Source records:

^^^^

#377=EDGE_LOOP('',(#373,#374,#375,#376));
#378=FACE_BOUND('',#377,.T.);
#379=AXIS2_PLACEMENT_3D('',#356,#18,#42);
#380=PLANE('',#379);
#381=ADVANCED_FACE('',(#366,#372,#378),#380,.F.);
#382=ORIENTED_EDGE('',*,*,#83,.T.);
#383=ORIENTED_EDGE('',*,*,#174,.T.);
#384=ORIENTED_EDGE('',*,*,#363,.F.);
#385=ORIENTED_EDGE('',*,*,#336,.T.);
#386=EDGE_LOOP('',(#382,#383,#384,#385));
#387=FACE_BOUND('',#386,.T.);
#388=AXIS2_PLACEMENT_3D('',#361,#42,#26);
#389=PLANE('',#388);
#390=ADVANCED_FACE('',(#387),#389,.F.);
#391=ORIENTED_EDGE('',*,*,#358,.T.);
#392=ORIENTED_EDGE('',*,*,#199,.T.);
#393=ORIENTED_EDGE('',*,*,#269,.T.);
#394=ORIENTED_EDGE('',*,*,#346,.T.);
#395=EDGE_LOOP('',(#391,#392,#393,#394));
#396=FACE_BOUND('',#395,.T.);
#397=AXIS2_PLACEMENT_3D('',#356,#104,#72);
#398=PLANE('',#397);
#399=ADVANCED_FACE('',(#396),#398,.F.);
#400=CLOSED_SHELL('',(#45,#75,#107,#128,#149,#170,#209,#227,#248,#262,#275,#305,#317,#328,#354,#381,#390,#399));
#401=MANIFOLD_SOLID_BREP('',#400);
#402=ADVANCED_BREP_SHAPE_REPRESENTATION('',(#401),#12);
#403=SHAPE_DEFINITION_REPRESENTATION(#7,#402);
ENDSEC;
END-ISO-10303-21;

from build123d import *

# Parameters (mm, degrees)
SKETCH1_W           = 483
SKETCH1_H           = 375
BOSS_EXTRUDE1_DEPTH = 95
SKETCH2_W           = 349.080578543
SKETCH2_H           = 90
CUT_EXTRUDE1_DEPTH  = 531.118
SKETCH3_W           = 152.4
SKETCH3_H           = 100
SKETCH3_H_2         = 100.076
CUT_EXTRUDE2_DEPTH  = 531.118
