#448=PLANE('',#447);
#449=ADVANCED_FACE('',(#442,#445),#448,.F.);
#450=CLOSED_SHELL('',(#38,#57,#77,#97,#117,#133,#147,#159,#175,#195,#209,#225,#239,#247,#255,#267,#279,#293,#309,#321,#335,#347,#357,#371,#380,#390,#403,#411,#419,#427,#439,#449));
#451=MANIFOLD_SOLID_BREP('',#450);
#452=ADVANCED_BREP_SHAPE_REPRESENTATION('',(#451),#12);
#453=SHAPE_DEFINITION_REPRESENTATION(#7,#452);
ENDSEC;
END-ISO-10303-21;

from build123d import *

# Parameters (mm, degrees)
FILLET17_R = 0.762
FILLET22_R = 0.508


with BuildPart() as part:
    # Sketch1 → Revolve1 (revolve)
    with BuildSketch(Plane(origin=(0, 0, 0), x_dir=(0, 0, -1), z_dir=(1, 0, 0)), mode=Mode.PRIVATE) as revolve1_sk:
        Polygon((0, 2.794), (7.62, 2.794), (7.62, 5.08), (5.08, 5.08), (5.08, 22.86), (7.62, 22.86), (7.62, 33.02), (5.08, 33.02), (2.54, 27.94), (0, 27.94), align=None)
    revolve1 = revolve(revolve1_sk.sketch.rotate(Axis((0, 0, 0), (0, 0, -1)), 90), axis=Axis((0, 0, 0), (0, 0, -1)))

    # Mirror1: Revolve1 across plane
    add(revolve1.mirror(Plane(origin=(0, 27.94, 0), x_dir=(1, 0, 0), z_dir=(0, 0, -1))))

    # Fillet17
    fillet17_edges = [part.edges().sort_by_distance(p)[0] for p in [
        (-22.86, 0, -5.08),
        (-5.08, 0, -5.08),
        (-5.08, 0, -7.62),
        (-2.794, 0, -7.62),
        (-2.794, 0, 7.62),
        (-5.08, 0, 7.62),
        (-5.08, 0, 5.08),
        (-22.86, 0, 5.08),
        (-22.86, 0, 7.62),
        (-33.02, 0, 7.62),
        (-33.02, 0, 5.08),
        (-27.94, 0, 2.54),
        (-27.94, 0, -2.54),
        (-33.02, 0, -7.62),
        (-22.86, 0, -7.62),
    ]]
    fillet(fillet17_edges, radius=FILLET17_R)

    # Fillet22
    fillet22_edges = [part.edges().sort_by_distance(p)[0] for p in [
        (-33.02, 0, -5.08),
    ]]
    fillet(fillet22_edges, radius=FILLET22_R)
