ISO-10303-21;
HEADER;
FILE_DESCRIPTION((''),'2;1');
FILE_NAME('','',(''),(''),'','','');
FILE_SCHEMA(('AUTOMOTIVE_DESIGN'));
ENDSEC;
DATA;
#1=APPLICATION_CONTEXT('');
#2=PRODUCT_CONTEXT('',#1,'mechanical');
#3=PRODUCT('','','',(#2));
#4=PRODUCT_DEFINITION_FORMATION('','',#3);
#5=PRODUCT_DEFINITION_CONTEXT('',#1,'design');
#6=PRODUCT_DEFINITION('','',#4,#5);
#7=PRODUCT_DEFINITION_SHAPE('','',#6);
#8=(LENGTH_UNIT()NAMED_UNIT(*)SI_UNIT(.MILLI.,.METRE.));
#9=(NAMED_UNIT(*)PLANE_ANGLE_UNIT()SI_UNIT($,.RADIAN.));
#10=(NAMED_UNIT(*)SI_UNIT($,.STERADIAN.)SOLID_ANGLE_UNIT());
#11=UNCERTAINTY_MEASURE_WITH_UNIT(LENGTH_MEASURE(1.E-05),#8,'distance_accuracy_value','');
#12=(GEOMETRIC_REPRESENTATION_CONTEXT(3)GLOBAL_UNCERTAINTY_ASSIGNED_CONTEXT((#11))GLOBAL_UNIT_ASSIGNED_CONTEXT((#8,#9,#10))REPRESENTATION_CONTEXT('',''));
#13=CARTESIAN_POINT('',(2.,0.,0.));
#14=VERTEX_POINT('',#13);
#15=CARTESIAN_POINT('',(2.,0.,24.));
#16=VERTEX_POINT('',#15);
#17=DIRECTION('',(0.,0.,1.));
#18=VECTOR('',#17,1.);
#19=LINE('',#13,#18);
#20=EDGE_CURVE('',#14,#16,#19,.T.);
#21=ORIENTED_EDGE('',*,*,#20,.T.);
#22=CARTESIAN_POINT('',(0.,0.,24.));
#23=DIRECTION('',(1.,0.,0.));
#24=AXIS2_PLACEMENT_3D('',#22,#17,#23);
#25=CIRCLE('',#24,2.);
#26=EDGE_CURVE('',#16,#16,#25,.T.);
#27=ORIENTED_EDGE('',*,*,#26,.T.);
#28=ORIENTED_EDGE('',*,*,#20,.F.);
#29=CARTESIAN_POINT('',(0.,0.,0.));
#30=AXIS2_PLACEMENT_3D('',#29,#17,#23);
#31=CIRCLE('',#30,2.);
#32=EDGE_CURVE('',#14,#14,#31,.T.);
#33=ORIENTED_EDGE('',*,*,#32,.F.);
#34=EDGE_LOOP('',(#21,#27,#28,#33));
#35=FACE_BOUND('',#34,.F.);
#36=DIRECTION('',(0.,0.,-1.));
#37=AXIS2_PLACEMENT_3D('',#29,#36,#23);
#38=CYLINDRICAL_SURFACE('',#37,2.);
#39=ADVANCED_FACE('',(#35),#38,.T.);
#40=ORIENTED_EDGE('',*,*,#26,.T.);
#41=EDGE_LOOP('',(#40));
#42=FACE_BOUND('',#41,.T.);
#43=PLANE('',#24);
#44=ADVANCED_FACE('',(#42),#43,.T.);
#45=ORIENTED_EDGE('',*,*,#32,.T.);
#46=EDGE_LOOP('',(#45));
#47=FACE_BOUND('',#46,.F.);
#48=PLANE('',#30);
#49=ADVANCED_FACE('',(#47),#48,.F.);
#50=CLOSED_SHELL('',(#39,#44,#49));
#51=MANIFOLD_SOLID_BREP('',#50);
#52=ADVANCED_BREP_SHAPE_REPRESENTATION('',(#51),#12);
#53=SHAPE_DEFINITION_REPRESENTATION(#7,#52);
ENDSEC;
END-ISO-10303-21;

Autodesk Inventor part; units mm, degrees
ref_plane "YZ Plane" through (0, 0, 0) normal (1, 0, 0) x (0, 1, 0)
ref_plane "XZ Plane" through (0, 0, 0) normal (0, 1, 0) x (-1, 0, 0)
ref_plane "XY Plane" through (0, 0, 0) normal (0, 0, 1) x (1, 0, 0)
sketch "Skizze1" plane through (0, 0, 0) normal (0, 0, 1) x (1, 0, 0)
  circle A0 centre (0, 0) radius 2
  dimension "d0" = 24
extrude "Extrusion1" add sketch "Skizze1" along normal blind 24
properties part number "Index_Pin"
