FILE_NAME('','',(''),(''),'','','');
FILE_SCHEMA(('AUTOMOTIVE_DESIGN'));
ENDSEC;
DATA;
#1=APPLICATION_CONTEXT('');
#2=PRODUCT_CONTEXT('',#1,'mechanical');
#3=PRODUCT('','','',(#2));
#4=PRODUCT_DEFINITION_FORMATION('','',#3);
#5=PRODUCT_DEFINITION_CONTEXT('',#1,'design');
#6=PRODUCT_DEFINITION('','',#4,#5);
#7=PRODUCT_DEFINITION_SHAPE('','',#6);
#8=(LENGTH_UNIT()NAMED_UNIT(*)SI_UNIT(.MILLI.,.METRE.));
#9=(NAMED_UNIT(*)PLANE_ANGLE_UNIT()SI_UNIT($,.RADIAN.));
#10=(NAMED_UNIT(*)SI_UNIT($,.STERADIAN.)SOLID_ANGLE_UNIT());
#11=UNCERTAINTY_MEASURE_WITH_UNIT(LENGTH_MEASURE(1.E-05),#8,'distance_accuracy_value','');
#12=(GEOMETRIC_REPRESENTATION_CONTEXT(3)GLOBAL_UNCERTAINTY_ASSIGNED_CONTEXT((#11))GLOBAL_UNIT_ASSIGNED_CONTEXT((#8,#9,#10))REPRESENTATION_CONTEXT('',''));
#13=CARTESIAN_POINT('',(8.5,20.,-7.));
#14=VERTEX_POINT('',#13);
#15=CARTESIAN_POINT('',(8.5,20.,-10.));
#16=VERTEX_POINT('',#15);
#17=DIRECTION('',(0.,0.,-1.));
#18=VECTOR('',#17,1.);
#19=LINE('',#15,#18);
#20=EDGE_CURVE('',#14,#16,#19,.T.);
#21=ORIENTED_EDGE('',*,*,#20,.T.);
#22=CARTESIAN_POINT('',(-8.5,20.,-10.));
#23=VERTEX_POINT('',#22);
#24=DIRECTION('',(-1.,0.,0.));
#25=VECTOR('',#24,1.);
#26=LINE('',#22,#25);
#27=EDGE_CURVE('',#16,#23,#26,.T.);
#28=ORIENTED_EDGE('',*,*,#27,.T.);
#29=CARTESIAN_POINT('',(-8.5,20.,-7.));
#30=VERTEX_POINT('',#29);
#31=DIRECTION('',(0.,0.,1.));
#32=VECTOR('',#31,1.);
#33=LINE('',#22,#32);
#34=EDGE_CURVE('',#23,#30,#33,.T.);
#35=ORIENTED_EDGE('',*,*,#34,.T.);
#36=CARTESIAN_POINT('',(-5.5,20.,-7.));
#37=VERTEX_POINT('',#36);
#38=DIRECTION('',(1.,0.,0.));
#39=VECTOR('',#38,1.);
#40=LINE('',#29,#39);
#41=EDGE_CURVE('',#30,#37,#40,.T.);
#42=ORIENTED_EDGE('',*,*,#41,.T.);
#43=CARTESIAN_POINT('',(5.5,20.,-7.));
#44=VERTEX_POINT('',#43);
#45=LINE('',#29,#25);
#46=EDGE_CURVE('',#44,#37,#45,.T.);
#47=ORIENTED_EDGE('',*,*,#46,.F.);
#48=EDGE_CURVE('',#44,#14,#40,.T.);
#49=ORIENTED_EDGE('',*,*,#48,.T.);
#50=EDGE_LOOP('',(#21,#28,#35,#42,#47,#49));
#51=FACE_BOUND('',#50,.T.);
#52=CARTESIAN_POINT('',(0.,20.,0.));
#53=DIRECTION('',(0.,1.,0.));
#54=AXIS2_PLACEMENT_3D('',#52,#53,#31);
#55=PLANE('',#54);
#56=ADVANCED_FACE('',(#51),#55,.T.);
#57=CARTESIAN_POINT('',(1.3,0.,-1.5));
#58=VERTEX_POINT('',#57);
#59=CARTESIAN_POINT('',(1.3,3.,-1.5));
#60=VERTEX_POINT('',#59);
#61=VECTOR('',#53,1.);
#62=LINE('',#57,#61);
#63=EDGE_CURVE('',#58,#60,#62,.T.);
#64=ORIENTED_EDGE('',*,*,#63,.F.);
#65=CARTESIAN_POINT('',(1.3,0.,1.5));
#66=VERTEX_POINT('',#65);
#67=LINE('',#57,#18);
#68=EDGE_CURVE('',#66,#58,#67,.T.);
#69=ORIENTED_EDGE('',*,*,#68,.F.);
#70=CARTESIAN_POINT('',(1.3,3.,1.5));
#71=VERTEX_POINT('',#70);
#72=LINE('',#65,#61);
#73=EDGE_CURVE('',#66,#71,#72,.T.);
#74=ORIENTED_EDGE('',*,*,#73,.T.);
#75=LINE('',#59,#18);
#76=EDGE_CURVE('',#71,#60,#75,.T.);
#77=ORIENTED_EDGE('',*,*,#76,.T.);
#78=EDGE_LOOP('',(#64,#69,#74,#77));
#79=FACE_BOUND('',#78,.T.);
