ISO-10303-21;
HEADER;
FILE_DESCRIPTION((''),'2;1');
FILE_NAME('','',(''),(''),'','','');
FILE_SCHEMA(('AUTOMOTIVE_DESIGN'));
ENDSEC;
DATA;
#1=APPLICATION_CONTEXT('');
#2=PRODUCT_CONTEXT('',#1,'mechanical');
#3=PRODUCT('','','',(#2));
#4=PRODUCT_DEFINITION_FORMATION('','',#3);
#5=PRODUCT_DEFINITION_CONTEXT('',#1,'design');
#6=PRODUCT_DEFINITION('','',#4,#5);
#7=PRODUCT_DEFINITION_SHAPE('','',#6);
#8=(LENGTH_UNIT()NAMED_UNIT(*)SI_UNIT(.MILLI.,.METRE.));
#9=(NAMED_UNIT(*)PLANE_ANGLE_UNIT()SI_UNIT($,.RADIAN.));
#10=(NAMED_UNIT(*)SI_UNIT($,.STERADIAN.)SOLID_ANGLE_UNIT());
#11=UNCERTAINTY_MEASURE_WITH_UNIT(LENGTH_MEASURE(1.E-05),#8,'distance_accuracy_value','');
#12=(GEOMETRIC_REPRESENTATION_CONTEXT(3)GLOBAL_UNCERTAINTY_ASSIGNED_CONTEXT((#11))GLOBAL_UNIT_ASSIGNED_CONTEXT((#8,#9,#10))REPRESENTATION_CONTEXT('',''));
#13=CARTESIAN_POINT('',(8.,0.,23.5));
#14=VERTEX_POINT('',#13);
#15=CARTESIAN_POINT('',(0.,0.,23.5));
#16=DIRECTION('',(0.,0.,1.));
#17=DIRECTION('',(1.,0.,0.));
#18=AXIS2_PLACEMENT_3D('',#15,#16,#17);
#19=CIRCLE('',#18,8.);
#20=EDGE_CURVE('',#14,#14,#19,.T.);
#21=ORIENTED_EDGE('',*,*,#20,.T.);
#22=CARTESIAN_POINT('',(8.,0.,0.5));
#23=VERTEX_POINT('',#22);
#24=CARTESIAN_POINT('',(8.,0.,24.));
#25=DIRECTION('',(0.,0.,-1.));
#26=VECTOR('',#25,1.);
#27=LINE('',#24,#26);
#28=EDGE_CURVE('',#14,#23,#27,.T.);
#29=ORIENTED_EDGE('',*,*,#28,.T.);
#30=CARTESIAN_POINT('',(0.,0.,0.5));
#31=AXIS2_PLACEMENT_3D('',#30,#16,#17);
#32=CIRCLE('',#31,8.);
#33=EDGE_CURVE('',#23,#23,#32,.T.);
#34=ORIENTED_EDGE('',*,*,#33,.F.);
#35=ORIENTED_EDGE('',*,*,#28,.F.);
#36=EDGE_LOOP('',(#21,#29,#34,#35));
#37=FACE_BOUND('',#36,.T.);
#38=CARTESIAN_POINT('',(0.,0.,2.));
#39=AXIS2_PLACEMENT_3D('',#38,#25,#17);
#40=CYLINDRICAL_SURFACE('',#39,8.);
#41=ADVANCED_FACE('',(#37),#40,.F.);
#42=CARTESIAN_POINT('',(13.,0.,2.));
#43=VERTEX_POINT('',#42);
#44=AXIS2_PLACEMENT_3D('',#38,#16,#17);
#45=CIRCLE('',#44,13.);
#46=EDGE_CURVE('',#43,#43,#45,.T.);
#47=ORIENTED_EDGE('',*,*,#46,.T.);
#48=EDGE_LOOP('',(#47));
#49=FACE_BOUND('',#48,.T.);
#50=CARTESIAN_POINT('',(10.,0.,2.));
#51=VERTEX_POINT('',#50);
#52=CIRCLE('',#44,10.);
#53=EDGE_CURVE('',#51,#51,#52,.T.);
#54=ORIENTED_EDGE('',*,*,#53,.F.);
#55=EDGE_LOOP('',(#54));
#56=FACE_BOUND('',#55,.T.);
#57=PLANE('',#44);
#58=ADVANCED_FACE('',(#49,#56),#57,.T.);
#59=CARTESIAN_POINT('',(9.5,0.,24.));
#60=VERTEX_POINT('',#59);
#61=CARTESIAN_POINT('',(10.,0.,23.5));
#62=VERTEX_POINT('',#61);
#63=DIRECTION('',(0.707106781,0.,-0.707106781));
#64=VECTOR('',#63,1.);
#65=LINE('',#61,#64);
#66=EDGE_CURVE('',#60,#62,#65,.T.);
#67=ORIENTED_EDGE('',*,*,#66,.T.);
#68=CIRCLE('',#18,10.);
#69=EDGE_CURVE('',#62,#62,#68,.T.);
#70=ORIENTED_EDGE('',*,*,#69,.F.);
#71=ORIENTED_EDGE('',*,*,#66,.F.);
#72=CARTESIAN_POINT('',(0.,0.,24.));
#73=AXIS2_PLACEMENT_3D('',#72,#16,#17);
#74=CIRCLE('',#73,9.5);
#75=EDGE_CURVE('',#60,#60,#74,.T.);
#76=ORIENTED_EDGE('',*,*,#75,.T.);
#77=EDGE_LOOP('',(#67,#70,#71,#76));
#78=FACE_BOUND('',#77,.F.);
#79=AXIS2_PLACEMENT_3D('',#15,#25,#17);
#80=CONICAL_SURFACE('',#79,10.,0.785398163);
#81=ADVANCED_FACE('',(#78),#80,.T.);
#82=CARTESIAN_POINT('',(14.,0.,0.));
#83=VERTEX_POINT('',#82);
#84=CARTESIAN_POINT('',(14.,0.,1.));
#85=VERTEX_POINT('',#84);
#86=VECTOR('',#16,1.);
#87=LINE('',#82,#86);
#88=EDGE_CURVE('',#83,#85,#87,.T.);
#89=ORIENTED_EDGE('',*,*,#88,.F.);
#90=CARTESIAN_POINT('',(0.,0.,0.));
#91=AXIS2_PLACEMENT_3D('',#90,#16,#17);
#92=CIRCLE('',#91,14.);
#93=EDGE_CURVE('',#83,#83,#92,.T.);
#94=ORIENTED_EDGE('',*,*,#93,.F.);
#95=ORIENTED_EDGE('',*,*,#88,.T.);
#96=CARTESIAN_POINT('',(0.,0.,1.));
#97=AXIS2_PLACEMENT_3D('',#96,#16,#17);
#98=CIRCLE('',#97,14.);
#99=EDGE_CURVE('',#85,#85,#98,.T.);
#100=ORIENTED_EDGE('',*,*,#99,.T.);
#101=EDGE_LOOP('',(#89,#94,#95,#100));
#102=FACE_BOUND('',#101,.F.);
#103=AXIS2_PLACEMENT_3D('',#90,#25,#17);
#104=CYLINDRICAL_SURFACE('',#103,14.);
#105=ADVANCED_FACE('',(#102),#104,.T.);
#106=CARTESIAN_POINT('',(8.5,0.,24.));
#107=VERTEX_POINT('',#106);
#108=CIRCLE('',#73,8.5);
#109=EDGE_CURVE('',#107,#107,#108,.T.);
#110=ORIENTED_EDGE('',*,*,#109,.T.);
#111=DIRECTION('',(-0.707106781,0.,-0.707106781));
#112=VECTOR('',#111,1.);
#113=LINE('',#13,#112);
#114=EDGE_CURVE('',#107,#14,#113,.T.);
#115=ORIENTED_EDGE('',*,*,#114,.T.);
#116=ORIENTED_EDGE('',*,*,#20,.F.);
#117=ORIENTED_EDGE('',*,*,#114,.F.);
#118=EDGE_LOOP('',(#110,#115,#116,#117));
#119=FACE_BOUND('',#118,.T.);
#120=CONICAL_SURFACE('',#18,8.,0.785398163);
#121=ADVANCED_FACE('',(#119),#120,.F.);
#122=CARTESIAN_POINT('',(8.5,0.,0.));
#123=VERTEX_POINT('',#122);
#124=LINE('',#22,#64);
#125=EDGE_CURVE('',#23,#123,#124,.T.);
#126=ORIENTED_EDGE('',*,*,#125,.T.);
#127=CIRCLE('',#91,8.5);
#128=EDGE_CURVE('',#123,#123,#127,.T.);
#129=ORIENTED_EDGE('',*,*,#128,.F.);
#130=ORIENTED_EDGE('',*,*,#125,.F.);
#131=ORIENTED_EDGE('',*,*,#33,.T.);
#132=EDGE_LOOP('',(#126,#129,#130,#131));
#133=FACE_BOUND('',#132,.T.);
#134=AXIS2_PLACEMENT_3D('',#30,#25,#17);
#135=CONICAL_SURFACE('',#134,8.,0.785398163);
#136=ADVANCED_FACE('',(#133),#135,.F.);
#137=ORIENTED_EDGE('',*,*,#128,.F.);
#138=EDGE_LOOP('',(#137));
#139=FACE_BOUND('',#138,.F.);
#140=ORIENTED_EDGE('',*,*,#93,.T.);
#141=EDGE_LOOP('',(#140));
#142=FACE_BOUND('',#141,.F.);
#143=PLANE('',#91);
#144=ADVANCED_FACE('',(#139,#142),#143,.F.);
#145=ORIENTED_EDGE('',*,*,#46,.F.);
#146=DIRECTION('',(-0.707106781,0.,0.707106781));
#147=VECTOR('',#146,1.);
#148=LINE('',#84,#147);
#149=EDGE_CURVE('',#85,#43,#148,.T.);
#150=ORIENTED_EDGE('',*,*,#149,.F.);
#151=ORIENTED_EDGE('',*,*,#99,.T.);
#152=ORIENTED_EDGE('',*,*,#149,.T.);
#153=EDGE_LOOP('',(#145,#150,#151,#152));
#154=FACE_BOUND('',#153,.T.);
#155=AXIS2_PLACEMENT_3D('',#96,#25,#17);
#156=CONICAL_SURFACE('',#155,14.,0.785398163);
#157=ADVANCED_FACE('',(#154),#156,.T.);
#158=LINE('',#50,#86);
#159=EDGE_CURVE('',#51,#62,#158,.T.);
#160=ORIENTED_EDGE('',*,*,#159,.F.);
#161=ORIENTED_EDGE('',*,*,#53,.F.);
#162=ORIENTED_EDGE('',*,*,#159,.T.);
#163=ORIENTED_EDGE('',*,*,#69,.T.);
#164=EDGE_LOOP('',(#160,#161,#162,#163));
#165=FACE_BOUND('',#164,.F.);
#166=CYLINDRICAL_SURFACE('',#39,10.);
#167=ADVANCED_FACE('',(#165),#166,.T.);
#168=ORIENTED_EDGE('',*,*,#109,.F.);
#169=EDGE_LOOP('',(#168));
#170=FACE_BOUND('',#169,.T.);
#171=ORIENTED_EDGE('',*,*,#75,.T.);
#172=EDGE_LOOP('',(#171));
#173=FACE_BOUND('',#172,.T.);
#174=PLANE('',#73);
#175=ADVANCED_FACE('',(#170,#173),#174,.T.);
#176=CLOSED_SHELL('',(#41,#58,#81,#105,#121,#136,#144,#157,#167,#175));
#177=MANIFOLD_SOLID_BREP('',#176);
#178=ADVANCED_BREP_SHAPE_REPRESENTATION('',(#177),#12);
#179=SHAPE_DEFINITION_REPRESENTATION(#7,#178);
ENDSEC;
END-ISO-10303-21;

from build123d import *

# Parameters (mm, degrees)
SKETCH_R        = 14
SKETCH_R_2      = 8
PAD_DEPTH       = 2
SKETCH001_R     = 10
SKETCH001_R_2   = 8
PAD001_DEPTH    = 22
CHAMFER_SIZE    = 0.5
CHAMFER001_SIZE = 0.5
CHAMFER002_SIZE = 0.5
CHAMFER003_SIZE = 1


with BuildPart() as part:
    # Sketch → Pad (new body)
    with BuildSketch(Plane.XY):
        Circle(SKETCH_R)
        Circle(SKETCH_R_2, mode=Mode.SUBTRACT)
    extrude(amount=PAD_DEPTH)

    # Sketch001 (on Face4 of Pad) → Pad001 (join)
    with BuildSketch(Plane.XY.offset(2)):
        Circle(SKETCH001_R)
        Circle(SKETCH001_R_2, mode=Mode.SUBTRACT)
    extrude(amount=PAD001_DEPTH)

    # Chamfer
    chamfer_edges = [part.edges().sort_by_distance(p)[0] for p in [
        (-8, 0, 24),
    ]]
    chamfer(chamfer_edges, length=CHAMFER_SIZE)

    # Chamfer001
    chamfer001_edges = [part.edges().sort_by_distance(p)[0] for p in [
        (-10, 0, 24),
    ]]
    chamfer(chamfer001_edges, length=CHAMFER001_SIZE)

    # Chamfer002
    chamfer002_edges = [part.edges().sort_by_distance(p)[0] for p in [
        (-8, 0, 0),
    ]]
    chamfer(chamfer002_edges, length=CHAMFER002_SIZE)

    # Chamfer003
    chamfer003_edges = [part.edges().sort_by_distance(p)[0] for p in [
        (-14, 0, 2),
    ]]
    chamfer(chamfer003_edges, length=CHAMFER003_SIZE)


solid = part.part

^^^^

Aim of the exercise.
From the line that has "#23=DIRECTION('',(1.,0.,0.));" through the line that has "#39=ADVANCED_FACE('',(#35),#38,.T.);", copy every line exactly as it appears above, and leave out all others.

Task answer.
#23=DIRECTION('',(1.,0.,0.));
#24=AXIS2_PLACEMENT_3D('',#22,#17,#23);
#25=CIRCLE('',#24,2.);
#26=EDGE_CURVE('',#16,#16,#25,.T.);
#27=ORIENTED_EDGE('',*,*,#26,.T.);
#28=ORIENTED_EDGE('',*,*,#20,.F.);
#29=CARTESIAN_POINT('',(0.,0.,0.));
#30=AXIS2_PLACEMENT_3D('',#29,#17,#23);
#31=CIRCLE('',#30,2.);
#32=EDGE_CURVE('',#14,#14,#31,.T.);
#33=ORIENTED_EDGE('',*,*,#32,.F.);
#34=EDGE_LOOP('',(#21,#27,#28,#33));
#35=FACE_BOUND('',#34,.F.);
#36=DIRECTION('',(0.,0.,-1.));
#37=AXIS2_PLACEMENT_3D('',#29,#36,#23);
#38=CYLINDRICAL_SURFACE('',#37,2.);
#39=ADVANCED_FACE('',(#35),#38,.T.);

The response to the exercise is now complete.